**Data for review**
- Opening Delimiter -

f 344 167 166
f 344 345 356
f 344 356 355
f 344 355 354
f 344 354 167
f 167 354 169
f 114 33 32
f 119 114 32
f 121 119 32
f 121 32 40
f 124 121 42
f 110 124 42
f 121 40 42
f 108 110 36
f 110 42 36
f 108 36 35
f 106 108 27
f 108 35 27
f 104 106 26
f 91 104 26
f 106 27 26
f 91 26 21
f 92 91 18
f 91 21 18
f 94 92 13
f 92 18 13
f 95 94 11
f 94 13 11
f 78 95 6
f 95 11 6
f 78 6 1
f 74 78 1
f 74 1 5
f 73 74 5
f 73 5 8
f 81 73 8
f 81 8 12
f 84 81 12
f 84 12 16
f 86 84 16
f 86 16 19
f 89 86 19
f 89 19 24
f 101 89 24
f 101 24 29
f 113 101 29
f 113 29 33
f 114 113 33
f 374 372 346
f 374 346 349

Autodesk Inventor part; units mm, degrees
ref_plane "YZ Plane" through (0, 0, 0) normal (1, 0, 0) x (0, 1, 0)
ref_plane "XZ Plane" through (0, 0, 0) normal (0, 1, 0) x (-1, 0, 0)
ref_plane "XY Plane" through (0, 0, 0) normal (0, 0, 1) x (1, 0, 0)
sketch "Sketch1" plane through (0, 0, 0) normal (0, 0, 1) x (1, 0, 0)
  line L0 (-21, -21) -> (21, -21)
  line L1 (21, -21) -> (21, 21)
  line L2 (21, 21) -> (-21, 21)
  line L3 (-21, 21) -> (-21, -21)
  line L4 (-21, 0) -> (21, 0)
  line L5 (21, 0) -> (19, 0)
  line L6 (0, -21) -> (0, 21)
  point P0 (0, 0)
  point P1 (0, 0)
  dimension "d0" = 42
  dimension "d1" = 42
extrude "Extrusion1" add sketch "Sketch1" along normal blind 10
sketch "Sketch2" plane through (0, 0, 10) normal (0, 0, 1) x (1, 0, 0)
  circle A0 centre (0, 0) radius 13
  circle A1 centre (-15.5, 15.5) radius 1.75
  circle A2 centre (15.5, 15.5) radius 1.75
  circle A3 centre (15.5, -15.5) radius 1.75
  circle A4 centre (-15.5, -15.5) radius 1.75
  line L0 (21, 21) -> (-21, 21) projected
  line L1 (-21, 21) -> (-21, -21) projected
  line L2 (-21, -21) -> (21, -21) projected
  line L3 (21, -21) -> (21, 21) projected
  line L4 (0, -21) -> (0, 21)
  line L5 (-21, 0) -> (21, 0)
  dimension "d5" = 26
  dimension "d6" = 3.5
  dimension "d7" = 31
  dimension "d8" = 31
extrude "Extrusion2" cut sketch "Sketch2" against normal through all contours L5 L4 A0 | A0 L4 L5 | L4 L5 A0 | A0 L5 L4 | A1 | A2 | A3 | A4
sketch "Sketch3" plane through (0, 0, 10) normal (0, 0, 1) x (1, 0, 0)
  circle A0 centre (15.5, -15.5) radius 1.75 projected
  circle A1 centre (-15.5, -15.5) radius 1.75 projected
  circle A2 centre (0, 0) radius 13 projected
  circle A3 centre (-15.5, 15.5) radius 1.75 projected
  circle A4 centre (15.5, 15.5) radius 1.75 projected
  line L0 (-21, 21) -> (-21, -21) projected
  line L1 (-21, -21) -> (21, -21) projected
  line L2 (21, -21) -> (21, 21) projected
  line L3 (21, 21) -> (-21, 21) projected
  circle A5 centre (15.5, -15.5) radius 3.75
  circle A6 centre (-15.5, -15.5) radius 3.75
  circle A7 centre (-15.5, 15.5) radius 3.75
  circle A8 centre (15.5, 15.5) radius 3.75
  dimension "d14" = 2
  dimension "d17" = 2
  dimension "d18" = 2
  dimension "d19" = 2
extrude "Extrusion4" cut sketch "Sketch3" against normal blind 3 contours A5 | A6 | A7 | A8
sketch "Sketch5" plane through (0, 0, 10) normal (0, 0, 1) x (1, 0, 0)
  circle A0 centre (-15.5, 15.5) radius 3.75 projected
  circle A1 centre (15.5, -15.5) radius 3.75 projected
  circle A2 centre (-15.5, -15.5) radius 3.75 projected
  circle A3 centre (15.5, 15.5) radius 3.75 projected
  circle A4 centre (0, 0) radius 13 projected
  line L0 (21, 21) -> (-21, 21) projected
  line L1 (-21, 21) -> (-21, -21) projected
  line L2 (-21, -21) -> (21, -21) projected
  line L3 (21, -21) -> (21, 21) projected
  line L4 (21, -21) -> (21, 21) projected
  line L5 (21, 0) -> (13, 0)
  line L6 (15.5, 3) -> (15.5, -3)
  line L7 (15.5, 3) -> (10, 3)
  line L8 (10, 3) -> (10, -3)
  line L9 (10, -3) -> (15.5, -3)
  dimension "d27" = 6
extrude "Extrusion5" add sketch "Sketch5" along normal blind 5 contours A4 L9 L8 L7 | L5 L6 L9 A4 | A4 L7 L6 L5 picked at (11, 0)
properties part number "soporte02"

- Closing Delimiter -

**Task objective**
Write out all the records above again, exactly as they stand.

**The answer**
f 344 167 166
f 344 345 356
f 344 356 355
f 344 355 354
f 344 354 167
f 167 354 169
f 114 33 32
f 119 114 32
f 121 119 32
f 121 32 40
f 124 121 42
f 110 124 42
f 121 40 42
f 108 110 36
f 110 42 36
f 108 36 35
f 106 108 27
f 108 35 27
f 104 106 26
f 91 104 26
f 106 27 26
f 91 26 21
f 92 91 18
f 91 21 18
f 94 92 13
f 92 18 13
f 95 94 11
f 94 13 11
f 78 95 6
f 95 11 6
f 78 6 1
f 74 78 1
f 74 1 5
f 73 74 5
f 73 5 8
f 81 73 8
f 81 8 12
f 84 81 12
f 84 12 16
f 86 84 16
f 86 16 19
f 89 86 19
f 89 19 24
f 101 89 24
f 101 24 29
f 113 101 29
f 113 29 33
f 114 113 33
f 374 372 346
f 374 346 349

Autodesk Inventor part; units mm, degrees
ref_plane "YZ Plane" through (0, 0, 0) normal (1, 0, 0) x (0, 1, 0)
ref_plane "XZ Plane" through (0, 0, 0) normal (0, 1, 0) x (-1, 0, 0)
ref_plane "XY Plane" through (0, 0, 0) normal (0, 0, 1) x (1, 0, 0)
sketch "Sketch1" plane through (0, 0, 0) normal (0, 0, 1) x (1, 0, 0)
  line L0 (-21, -21) -> (21, -21)
  line L1 (21, -21) -> (21, 21)
  line L2 (21, 21) -> (-21, 21)
  line L3 (-21, 21) -> (-21, -21)
  line L4 (-21, 0) -> (21, 0)
  line L5 (21, 0) -> (19, 0)
  line L6 (0, -21) -> (0, 21)
  point P0 (0, 0)
  point P1 (0, 0)
  dimension "d0" = 42
  dimension "d1" = 42
extrude "Extrusion1" add sketch "Sketch1" along normal blind 10
sketch "Sketch2" plane through (0, 0, 10) normal (0, 0, 1) x (1, 0, 0)
  circle A0 centre (0, 0) radius 13
  circle A1 centre (-15.5, 15.5) radius 1.75
  circle A2 centre (15.5, 15.5) radius 1.75
  circle A3 centre (15.5, -15.5) radius 1.75
  circle A4 centre (-15.5, -15.5) radius 1.75
  line L0 (21, 21) -> (-21, 21) projected
  line L1 (-21, 21) -> (-21, -21) projected
  line L2 (-21, -21) -> (21, -21) projected
  line L3 (21, -21) -> (21, 21) projected
  line L4 (0, -21) -> (0, 21)
  line L5 (-21, 0) -> (21, 0)
  dimension "d5" = 26
  dimension "d6" = 3.5
  dimension "d7" = 31
  dimension "d8" = 31
extrude "Extrusion2" cut sketch "Sketch2" against normal through all contours L5 L4 A0 | A0 L4 L5 | L4 L5 A0 | A0 L5 L4 | A1 | A2 | A3 | A4
sketch "Sketch3" plane through (0, 0, 10) normal (0, 0, 1) x (1, 0, 0)
  circle A0 centre (15.5, -15.5) radius 1.75 projected
  circle A1 centre (-15.5, -15.5) radius 1.75 projected
  circle A2 centre (0, 0) radius 13 projected
  circle A3 centre (-15.5, 15.5) radius 1.75 projected
  circle A4 centre (15.5, 15.5) radius 1.75 projected
  line L0 (-21, 21) -> (-21, -21) projected
  line L1 (-21, -21) -> (21, -21) projected
  line L2 (21, -21) -> (21, 21) projected
  line L3 (21, 21) -> (-21, 21) projected
  circle A5 centre (15.5, -15.5) radius 3.75
  circle A6 centre (-15.5, -15.5) radius 3.75
  circle A7 centre (-15.5, 15.5) radius 3.75
  circle A8 centre (15.5, 15.5) radius 3.75
  dimension "d14" = 2
  dimension "d17" = 2
  dimension "d18" = 2
  dimension "d19" = 2
extrude "Extrusion4" cut sketch "Sketch3" against normal blind 3 contours A5 | A6 | A7 | A8
sketch "Sketch5" plane through (0, 0, 10) normal (0, 0, 1) x (1, 0, 0)
  circle A0 centre (-15.5, 15.5) radius 3.75 projected
  circle A1 centre (15.5, -15.5) radius 3.75 projected
  circle A2 centre (-15.5, -15.5) radius 3.75 projected
  circle A3 centre (15.5, 15.5) radius 3.75 projected
  circle A4 centre (0, 0) radius 13 projected
  line L0 (21, 21) -> (-21, 21) projected
  line L1 (-21, 21) -> (-21, -21) projected
  line L2 (-21, -21) -> (21, -21) projected
  line L3 (21, -21) -> (21, 21) projected
  line L4 (21, -21) -> (21, 21) projected
  line L5 (21, 0) -> (13, 0)
  line L6 (15.5, 3) -> (15.5, -3)
  line L7 (15.5, 3) -> (10, 3)
  line L8 (10, 3) -> (10, -3)
  line L9 (10, -3) -> (15.5, -3)
  dimension "d27" = 6
extrude "Extrusion5" add sketch "Sketch5" along normal blind 5 contours A4 L9 L8 L7 | L5 L6 L9 A4 | A4 L7 L6 L5 picked at (11, 0)
properties part number "soporte02"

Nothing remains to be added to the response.